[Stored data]
--- START ---

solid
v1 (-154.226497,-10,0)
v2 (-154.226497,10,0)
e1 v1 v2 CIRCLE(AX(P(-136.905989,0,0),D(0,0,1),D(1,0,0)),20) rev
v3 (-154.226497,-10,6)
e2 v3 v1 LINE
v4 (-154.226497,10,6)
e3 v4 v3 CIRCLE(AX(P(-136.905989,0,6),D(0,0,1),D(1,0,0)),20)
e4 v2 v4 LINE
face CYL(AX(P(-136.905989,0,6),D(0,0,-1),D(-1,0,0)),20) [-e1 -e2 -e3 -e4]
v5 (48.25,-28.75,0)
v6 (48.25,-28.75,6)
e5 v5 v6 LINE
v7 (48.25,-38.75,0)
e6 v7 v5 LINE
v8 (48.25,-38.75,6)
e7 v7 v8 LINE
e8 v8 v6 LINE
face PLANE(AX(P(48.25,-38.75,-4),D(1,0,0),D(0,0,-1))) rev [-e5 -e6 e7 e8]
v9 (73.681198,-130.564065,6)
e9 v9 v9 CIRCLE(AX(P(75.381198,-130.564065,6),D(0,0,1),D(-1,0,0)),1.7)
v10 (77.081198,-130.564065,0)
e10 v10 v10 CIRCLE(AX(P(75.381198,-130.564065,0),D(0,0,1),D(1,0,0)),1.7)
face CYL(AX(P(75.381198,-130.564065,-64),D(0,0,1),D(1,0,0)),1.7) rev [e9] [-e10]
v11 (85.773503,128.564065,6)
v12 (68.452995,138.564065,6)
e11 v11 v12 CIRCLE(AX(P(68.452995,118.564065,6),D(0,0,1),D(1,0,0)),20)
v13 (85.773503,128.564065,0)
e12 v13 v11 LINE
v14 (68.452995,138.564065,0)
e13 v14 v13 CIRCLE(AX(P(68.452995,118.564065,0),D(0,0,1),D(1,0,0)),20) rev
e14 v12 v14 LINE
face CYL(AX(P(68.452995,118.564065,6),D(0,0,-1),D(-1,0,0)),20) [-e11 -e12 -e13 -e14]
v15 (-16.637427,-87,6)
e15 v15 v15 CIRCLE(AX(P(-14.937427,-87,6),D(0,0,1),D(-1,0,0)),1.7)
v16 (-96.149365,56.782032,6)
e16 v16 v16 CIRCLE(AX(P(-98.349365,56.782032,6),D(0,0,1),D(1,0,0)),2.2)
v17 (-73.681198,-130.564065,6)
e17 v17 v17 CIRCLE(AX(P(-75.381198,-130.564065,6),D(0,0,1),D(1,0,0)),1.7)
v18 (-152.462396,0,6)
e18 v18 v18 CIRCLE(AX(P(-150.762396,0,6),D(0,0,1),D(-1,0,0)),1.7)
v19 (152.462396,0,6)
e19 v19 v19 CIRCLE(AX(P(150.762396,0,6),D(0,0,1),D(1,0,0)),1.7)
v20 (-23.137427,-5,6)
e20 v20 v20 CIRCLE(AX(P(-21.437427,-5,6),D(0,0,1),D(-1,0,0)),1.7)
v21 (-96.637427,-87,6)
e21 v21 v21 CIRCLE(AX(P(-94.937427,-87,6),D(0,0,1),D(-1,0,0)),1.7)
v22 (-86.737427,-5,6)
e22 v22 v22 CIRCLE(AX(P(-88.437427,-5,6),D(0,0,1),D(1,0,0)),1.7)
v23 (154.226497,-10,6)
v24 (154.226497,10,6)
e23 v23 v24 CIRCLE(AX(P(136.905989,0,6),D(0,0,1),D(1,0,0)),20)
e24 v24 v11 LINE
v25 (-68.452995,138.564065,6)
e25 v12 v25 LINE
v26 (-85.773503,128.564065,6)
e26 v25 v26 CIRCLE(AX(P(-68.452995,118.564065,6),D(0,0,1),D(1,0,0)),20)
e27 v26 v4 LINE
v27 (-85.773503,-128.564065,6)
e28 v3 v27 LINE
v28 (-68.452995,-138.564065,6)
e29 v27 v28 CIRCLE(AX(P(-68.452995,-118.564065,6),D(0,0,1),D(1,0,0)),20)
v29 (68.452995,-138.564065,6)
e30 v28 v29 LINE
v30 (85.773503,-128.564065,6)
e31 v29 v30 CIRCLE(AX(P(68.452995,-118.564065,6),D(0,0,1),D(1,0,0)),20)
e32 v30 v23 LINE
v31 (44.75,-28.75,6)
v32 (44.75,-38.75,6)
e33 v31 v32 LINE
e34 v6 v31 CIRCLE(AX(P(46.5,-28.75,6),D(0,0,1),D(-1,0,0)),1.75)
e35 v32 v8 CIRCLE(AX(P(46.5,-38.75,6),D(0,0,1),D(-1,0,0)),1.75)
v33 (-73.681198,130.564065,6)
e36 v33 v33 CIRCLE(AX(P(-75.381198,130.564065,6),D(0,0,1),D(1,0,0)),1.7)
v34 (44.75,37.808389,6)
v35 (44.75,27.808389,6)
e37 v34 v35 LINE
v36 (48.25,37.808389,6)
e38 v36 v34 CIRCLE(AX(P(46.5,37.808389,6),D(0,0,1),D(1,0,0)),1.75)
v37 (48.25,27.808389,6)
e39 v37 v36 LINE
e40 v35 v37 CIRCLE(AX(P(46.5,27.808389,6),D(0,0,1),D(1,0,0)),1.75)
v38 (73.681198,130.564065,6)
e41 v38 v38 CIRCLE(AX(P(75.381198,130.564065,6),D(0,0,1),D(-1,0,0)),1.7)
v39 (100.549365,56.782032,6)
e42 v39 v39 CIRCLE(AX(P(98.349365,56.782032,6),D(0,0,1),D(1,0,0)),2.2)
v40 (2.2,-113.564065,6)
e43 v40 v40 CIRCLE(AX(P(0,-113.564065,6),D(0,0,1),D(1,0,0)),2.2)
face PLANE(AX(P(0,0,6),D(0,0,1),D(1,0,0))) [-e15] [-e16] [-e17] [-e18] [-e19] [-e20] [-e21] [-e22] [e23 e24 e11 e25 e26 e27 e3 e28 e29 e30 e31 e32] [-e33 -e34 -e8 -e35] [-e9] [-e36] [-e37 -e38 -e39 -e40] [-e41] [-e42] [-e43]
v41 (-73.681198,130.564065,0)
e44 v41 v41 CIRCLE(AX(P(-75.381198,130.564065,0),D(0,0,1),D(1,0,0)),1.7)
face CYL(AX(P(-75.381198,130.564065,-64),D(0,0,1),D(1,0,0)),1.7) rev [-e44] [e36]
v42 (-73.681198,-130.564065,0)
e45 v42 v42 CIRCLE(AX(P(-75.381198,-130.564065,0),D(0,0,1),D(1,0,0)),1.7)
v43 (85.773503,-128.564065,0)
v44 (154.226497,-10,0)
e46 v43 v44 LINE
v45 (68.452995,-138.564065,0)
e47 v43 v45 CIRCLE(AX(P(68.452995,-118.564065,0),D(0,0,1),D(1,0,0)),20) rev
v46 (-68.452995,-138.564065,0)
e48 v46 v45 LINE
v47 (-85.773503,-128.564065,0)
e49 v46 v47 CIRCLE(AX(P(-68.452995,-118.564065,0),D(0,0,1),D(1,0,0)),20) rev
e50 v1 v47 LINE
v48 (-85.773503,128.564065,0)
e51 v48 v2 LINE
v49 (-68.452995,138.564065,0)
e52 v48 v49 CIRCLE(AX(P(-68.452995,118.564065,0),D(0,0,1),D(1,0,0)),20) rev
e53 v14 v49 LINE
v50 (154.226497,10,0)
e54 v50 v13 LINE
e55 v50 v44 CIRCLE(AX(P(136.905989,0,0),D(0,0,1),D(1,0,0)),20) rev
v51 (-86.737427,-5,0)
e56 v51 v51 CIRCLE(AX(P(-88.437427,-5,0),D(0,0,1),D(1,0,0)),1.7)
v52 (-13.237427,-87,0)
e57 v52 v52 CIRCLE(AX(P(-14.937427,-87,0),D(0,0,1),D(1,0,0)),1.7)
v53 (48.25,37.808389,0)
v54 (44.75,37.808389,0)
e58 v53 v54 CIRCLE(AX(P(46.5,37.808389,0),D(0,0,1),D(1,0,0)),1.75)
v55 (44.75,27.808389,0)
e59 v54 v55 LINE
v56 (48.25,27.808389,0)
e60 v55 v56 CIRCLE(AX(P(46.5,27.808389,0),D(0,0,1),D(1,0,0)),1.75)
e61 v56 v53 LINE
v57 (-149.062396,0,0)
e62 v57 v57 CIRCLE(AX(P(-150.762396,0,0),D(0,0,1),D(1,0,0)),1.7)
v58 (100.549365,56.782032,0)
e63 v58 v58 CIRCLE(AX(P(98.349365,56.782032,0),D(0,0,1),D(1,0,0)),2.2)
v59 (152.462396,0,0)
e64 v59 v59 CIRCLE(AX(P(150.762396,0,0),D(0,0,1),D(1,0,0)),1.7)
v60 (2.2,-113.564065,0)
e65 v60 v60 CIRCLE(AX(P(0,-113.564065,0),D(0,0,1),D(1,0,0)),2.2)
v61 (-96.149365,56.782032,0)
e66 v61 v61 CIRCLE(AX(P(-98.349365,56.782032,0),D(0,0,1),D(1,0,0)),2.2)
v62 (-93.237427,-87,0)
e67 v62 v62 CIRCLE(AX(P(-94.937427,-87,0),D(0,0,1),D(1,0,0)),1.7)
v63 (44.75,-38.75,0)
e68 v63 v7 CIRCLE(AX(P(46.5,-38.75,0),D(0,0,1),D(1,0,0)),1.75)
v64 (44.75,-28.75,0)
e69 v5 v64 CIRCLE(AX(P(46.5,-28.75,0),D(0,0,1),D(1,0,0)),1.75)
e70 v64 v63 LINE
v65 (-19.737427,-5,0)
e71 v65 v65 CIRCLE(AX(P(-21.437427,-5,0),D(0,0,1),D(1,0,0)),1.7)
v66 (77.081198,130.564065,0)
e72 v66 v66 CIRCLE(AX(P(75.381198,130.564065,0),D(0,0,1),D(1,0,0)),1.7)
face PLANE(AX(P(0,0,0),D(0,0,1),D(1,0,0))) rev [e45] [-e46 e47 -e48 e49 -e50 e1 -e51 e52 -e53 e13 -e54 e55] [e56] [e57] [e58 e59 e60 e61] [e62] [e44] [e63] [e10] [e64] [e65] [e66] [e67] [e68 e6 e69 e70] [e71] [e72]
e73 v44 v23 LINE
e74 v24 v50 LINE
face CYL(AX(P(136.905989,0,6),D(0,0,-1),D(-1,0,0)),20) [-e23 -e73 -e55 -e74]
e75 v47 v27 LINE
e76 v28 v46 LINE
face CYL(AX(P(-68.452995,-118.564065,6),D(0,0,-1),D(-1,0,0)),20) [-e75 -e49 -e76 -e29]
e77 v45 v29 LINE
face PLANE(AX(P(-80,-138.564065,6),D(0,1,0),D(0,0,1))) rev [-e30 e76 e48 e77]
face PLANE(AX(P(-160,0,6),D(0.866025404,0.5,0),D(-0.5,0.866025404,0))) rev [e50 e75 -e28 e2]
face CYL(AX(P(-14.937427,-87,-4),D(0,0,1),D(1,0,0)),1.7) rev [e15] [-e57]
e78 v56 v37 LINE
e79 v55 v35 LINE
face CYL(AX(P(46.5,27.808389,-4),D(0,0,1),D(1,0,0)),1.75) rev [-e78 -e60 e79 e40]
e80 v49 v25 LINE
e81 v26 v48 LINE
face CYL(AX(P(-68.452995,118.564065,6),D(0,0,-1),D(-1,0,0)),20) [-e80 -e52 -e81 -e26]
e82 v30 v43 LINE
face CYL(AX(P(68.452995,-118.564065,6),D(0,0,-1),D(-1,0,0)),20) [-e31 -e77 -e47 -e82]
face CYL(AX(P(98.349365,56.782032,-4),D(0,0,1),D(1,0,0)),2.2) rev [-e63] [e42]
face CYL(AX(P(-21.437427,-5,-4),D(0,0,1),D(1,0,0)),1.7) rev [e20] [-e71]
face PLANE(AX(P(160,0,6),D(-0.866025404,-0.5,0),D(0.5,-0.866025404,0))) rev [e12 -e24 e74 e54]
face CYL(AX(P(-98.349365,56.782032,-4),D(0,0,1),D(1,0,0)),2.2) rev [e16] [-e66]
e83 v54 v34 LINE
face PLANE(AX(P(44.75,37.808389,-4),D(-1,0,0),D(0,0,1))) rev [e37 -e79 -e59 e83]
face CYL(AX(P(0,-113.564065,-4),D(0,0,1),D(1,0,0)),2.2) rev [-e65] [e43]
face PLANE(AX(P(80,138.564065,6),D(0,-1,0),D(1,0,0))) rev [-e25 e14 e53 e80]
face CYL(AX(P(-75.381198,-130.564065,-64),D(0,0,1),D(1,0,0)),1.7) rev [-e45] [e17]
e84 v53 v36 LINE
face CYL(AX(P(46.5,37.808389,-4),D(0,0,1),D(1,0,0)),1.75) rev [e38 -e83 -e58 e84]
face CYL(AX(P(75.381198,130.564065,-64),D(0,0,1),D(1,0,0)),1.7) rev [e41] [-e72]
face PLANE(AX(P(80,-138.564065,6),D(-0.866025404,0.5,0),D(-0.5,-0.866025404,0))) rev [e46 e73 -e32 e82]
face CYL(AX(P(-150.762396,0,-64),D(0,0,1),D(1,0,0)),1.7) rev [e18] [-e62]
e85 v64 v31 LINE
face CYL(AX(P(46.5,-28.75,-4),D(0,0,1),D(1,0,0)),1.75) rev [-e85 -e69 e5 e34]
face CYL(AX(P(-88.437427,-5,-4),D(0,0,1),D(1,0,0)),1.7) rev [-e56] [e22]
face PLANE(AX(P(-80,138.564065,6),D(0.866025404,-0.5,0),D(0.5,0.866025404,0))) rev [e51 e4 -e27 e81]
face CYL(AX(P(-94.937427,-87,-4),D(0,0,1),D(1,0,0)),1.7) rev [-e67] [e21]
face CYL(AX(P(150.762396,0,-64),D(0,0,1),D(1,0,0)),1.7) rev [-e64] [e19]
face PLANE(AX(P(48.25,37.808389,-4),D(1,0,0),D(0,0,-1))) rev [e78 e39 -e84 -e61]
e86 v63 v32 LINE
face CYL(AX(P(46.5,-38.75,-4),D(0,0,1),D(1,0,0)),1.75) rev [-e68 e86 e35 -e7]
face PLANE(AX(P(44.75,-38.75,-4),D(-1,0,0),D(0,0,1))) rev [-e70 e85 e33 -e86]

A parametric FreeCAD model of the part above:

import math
import FreeCAD as App
import Part
import Sketcher
Q = App.Units.Quantity


def edges_at(feature, points):
    """Names of the edges that pass closest to the given points."""
    edges = feature.Shape.Edges
    near = lambda p: min(range(len(edges)), key=lambda i: edges[i].distToShape(Part.Vertex(*p))[0])
    return sorted({f"Edge{near(p) + 1}" for p in points})


def add_polygon(sketch, points):
    """Adds a closed chain of lines whose ends are joined by coincident constraints."""
    first, n = sketch.GeometryCount, len(points)
    for a, b in zip(points, points[1:] + points[:1]):
        sketch.addGeometry(Part.LineSegment(App.Vector(*a, 0), App.Vector(*b, 0)), False)
    for i in range(n):
        sketch.addConstraint(Sketcher.Constraint("Coincident", first + i, 2, first + (i + 1) % n, 1))

doc = App.newDocument("Part")
params = doc.addObject("Spreadsheet::Sheet", "Params")
for row, (alias, value) in enumerate([
    ("sketch1_width", "160 mm"),
    ("sketch1_length", "160 mm"),
    ("pad1_length", "6 mm"),
    ("fillet_radius", "20 mm"),
    ("sketch2_diameter", "3.4 mm"),
    ("pocket1_length", "70 mm"),
    ("sketch3_diameter", "3.4 mm"),
    ("pocket2_length", "10 mm"),
    ("sketch4_height", "10 mm"),
    ("sketch4_radius", "1.75 mm"),
    ("pocket3_length", "10 mm"),
    ("sketch5_diameter", "4.4 mm"),
    ("pocket4_length", "10 mm"),
], start=1):
    params.set(f"A{row}", alias)
    params.set(f"B{row}", "=" + value)
    params.setAlias(f"B{row}", alias)

body = doc.addObject("PartDesign::Body", "Body")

--- END ---

TASK GOAL → Given the records above, restate word for word only the lines starting at the one with "e60 v55 v56" and ending at the one with "v61 (-96.149365,56.782032,0)".

RESULT OF THE EXERCISE →
e60 v55 v56 CIRCLE(AX(P(46.5,27.808389,0),D(0,0,1),D(1,0,0)),1.75)
e61 v56 v53 LINE
v57 (-149.062396,0,0)
e62 v57 v57 CIRCLE(AX(P(-150.762396,0,0),D(0,0,1),D(1,0,0)),1.7)
v58 (100.549365,56.782032,0)
e63 v58 v58 CIRCLE(AX(P(98.349365,56.782032,0),D(0,0,1),D(1,0,0)),2.2)
v59 (152.462396,0,0)
e64 v59 v59 CIRCLE(AX(P(150.762396,0,0),D(0,0,1),D(1,0,0)),1.7)
v60 (2.2,-113.564065,0)
e65 v60 v60 CIRCLE(AX(P(0,-113.564065,0),D(0,0,1),D(1,0,0)),2.2)
v61 (-96.149365,56.782032,0)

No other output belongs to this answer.